▶ _What to work on_
Using the data that follows, return exactly the lines from the one that contains "v -0.3373 1.7681 -1.5" through the one that contains "v -2.7605 -0.7088 4.5", ends included.

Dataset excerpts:

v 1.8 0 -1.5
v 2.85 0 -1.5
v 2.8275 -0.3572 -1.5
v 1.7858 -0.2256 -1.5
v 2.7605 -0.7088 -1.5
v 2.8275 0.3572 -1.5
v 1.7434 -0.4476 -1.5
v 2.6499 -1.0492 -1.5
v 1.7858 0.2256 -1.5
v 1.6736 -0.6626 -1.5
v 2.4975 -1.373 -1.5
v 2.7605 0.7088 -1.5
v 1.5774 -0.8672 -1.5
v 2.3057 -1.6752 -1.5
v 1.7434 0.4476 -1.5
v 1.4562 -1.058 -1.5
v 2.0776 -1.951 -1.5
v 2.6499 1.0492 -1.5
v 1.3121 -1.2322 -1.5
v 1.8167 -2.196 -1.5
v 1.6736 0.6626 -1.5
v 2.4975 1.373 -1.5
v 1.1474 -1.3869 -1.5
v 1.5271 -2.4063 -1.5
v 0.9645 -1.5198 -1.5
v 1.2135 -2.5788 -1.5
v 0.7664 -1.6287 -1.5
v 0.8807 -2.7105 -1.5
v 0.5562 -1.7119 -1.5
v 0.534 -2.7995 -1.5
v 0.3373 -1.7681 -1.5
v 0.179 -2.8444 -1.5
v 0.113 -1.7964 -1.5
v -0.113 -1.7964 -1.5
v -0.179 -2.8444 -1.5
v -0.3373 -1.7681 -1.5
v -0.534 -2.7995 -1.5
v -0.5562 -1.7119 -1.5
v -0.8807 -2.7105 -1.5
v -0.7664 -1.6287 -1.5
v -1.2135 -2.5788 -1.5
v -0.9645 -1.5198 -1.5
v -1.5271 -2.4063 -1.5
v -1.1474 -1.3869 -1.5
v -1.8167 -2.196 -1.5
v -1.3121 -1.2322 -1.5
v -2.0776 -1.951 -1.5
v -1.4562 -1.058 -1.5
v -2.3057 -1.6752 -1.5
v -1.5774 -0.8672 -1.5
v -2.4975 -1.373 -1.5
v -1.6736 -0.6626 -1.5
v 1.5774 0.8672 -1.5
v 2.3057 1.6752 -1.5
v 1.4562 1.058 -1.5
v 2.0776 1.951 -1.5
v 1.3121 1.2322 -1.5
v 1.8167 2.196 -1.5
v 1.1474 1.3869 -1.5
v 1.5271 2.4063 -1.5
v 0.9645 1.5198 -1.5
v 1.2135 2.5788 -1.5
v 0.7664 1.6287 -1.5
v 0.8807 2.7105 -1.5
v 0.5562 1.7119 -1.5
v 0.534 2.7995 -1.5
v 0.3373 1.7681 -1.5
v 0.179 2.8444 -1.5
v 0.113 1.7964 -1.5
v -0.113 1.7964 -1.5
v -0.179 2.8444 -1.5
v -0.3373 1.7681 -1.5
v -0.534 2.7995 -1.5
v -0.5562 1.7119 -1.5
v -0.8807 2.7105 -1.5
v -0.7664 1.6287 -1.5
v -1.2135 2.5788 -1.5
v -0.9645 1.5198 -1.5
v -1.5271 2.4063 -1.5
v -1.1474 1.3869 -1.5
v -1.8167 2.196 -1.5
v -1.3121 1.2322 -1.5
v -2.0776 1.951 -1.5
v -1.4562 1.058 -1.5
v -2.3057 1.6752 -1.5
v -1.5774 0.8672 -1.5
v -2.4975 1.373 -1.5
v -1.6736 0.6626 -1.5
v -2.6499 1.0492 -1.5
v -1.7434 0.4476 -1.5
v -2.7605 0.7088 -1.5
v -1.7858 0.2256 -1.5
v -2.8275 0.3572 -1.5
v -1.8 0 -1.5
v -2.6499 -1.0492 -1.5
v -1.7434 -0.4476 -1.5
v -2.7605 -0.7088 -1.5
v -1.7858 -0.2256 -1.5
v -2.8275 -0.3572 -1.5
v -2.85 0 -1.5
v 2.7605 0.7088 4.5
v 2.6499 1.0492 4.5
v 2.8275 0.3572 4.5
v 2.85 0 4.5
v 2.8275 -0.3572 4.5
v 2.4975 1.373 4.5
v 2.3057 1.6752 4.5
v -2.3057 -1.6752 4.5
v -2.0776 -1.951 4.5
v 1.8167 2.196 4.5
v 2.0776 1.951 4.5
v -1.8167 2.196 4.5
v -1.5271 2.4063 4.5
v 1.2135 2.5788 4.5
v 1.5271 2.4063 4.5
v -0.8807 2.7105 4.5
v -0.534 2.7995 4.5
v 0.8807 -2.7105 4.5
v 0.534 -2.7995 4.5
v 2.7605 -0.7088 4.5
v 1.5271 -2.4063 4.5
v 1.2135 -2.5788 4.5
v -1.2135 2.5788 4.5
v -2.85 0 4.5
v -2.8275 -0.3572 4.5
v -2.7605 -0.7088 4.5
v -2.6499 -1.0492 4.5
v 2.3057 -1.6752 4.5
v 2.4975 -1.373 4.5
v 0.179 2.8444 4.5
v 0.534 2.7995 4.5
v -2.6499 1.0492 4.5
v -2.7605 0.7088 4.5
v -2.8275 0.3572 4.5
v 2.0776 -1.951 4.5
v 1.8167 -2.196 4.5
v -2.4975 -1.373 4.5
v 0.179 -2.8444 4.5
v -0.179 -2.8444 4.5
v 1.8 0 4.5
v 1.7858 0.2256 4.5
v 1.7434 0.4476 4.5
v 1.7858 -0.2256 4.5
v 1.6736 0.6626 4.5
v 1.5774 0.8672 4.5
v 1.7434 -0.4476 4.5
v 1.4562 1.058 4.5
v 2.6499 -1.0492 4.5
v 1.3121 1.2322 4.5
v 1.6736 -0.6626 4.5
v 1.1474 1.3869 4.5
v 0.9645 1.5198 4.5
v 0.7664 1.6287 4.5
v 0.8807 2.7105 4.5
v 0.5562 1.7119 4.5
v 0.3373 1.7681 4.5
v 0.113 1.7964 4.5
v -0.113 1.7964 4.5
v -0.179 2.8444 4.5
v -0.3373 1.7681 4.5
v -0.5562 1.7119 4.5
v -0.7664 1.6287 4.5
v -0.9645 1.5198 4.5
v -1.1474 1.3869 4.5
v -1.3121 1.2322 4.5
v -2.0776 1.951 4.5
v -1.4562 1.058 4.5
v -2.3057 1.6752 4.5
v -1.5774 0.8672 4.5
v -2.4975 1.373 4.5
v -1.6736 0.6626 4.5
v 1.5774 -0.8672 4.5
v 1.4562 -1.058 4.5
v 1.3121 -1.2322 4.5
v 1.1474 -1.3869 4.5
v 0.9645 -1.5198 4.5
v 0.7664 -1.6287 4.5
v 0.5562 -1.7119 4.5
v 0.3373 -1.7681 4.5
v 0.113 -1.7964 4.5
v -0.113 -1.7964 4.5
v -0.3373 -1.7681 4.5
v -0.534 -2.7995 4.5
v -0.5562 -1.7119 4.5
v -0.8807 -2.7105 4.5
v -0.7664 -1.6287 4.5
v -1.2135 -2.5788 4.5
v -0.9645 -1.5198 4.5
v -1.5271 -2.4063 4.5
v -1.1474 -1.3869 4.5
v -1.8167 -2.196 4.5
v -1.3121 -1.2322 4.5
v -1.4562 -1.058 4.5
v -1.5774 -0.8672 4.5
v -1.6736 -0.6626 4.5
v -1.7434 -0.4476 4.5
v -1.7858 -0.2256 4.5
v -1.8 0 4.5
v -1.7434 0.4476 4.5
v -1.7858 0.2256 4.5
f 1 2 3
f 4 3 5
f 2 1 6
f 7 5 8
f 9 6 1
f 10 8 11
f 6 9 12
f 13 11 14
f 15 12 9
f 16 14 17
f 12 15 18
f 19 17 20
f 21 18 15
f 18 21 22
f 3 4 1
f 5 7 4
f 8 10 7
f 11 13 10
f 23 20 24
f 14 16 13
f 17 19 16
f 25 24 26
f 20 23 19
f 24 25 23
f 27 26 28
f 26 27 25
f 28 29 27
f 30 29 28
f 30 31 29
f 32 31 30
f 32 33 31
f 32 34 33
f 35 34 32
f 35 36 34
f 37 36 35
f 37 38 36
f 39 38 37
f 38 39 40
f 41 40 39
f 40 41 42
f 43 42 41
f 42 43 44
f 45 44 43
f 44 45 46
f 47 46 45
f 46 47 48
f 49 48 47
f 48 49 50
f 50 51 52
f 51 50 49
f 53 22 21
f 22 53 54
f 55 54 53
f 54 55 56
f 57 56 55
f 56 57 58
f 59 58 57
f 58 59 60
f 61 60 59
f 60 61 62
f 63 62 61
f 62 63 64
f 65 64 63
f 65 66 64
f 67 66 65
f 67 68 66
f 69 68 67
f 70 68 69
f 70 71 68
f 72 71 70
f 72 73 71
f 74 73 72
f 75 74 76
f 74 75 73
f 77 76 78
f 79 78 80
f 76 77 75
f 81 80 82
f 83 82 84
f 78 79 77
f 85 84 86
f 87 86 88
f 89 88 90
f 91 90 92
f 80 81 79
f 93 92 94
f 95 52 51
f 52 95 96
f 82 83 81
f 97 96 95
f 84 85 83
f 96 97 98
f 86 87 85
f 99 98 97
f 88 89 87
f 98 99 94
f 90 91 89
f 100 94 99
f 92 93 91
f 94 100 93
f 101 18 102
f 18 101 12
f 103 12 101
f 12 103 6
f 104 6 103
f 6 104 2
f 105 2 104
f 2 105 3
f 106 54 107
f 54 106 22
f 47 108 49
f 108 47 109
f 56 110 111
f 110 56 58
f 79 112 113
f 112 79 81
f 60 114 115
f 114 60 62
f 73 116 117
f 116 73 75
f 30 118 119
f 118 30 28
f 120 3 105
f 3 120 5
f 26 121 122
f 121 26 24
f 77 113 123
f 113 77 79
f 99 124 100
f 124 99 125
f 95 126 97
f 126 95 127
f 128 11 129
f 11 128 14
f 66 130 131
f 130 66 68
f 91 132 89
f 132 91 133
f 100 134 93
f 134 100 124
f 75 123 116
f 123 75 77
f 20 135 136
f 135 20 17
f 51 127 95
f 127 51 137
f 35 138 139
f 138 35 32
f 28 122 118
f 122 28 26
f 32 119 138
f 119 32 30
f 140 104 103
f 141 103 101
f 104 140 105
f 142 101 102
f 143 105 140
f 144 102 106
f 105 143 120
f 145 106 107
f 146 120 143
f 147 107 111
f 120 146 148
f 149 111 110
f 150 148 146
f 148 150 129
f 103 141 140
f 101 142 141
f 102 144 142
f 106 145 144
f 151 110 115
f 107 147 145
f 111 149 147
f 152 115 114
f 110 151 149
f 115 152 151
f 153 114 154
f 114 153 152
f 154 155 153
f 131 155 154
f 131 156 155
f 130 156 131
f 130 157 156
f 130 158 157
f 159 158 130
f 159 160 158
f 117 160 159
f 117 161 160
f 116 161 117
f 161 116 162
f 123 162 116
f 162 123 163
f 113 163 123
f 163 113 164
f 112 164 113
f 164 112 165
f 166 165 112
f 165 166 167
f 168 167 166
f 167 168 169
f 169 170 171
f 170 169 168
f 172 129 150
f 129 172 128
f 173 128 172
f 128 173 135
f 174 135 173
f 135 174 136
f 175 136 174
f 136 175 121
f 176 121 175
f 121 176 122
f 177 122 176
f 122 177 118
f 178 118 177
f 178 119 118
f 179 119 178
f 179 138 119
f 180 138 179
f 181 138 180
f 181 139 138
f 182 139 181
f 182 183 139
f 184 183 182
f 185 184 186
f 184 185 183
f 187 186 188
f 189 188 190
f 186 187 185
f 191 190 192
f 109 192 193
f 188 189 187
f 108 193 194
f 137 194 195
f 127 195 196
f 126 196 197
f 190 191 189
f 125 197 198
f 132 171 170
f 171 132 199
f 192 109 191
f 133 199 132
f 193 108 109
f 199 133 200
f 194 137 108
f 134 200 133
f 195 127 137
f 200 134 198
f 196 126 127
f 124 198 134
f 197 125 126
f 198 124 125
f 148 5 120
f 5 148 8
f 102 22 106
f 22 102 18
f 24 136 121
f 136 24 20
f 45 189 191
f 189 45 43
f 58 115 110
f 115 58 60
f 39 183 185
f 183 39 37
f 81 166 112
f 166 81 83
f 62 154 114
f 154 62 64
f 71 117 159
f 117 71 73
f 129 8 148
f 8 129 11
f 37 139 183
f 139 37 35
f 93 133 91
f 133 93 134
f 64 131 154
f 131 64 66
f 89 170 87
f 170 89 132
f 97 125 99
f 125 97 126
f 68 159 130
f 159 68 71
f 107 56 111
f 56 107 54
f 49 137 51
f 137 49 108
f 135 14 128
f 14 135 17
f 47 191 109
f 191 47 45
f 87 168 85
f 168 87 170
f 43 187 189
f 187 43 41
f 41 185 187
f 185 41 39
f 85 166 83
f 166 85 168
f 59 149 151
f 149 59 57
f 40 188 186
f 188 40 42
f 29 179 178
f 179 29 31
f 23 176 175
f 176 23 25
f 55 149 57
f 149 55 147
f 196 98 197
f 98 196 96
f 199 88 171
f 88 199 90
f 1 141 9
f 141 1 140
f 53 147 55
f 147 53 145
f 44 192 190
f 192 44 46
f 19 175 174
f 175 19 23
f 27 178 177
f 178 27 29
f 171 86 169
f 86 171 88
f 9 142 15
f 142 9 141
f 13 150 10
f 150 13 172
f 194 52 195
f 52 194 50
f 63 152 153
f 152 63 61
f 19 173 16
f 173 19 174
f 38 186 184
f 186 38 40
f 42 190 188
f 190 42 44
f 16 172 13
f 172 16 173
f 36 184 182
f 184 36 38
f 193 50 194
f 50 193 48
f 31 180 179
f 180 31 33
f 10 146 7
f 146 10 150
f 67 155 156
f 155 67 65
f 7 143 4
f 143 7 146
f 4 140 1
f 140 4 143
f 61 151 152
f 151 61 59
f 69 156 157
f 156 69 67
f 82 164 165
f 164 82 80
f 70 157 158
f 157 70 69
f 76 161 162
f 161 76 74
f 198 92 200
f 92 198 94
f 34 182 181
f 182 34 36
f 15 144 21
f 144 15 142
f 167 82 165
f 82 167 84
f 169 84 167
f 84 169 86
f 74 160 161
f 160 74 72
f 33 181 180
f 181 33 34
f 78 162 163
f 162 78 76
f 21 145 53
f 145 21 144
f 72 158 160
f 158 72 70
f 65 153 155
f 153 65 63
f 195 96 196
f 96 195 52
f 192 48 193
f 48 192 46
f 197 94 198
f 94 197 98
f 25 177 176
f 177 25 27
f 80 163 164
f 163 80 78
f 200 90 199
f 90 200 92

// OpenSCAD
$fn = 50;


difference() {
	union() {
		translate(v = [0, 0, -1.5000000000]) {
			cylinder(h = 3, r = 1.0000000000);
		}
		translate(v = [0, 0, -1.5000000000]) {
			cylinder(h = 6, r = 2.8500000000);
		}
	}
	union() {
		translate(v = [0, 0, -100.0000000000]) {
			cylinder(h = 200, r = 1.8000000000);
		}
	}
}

▶ _Task result_
v -0.3373 1.7681 -1.5
v -0.534 2.7995 -1.5
v -0.5562 1.7119 -1.5
v -0.8807 2.7105 -1.5
v -0.7664 1.6287 -1.5
v -1.2135 2.5788 -1.5
v -0.9645 1.5198 -1.5
v -1.5271 2.4063 -1.5
v -1.1474 1.3869 -1.5
v -1.8167 2.196 -1.5
v -1.3121 1.2322 -1.5
v -2.0776 1.951 -1.5
v -1.4562 1.058 -1.5
v -2.3057 1.6752 -1.5
v -1.5774 0.8672 -1.5
v -2.4975 1.373 -1.5
v -1.6736 0.6626 -1.5
v -2.6499 1.0492 -1.5
v -1.7434 0.4476 -1.5
v -2.7605 0.7088 -1.5
v -1.7858 0.2256 -1.5
v -2.8275 0.3572 -1.5
v -1.8 0 -1.5
v -2.6499 -1.0492 -1.5
v -1.7434 -0.4476 -1.5
v -2.7605 -0.7088 -1.5
v -1.7858 -0.2256 -1.5
v -2.8275 -0.3572 -1.5
v -2.85 0 -1.5
v 2.7605 0.7088 4.5
v 2.6499 1.0492 4.5
v 2.8275 0.3572 4.5
v 2.85 0 4.5
v 2.8275 -0.3572 4.5
v 2.4975 1.373 4.5
v 2.3057 1.6752 4.5
v -2.3057 -1.6752 4.5
v -2.0776 -1.951 4.5
v 1.8167 2.196 4.5
v 2.0776 1.951 4.5
v -1.8167 2.196 4.5
v -1.5271 2.4063 4.5
v 1.2135 2.5788 4.5
v 1.5271 2.4063 4.5
v -0.8807 2.7105 4.5
v -0.534 2.7995 4.5
v 0.8807 -2.7105 4.5
v 0.534 -2.7995 4.5
v 2.7605 -0.7088 4.5
v 1.5271 -2.4063 4.5
v 1.2135 -2.5788 4.5
v -1.2135 2.5788 4.5
v -2.85 0 4.5
v -2.8275 -0.3572 4.5
v -2.7605 -0.7088 4.5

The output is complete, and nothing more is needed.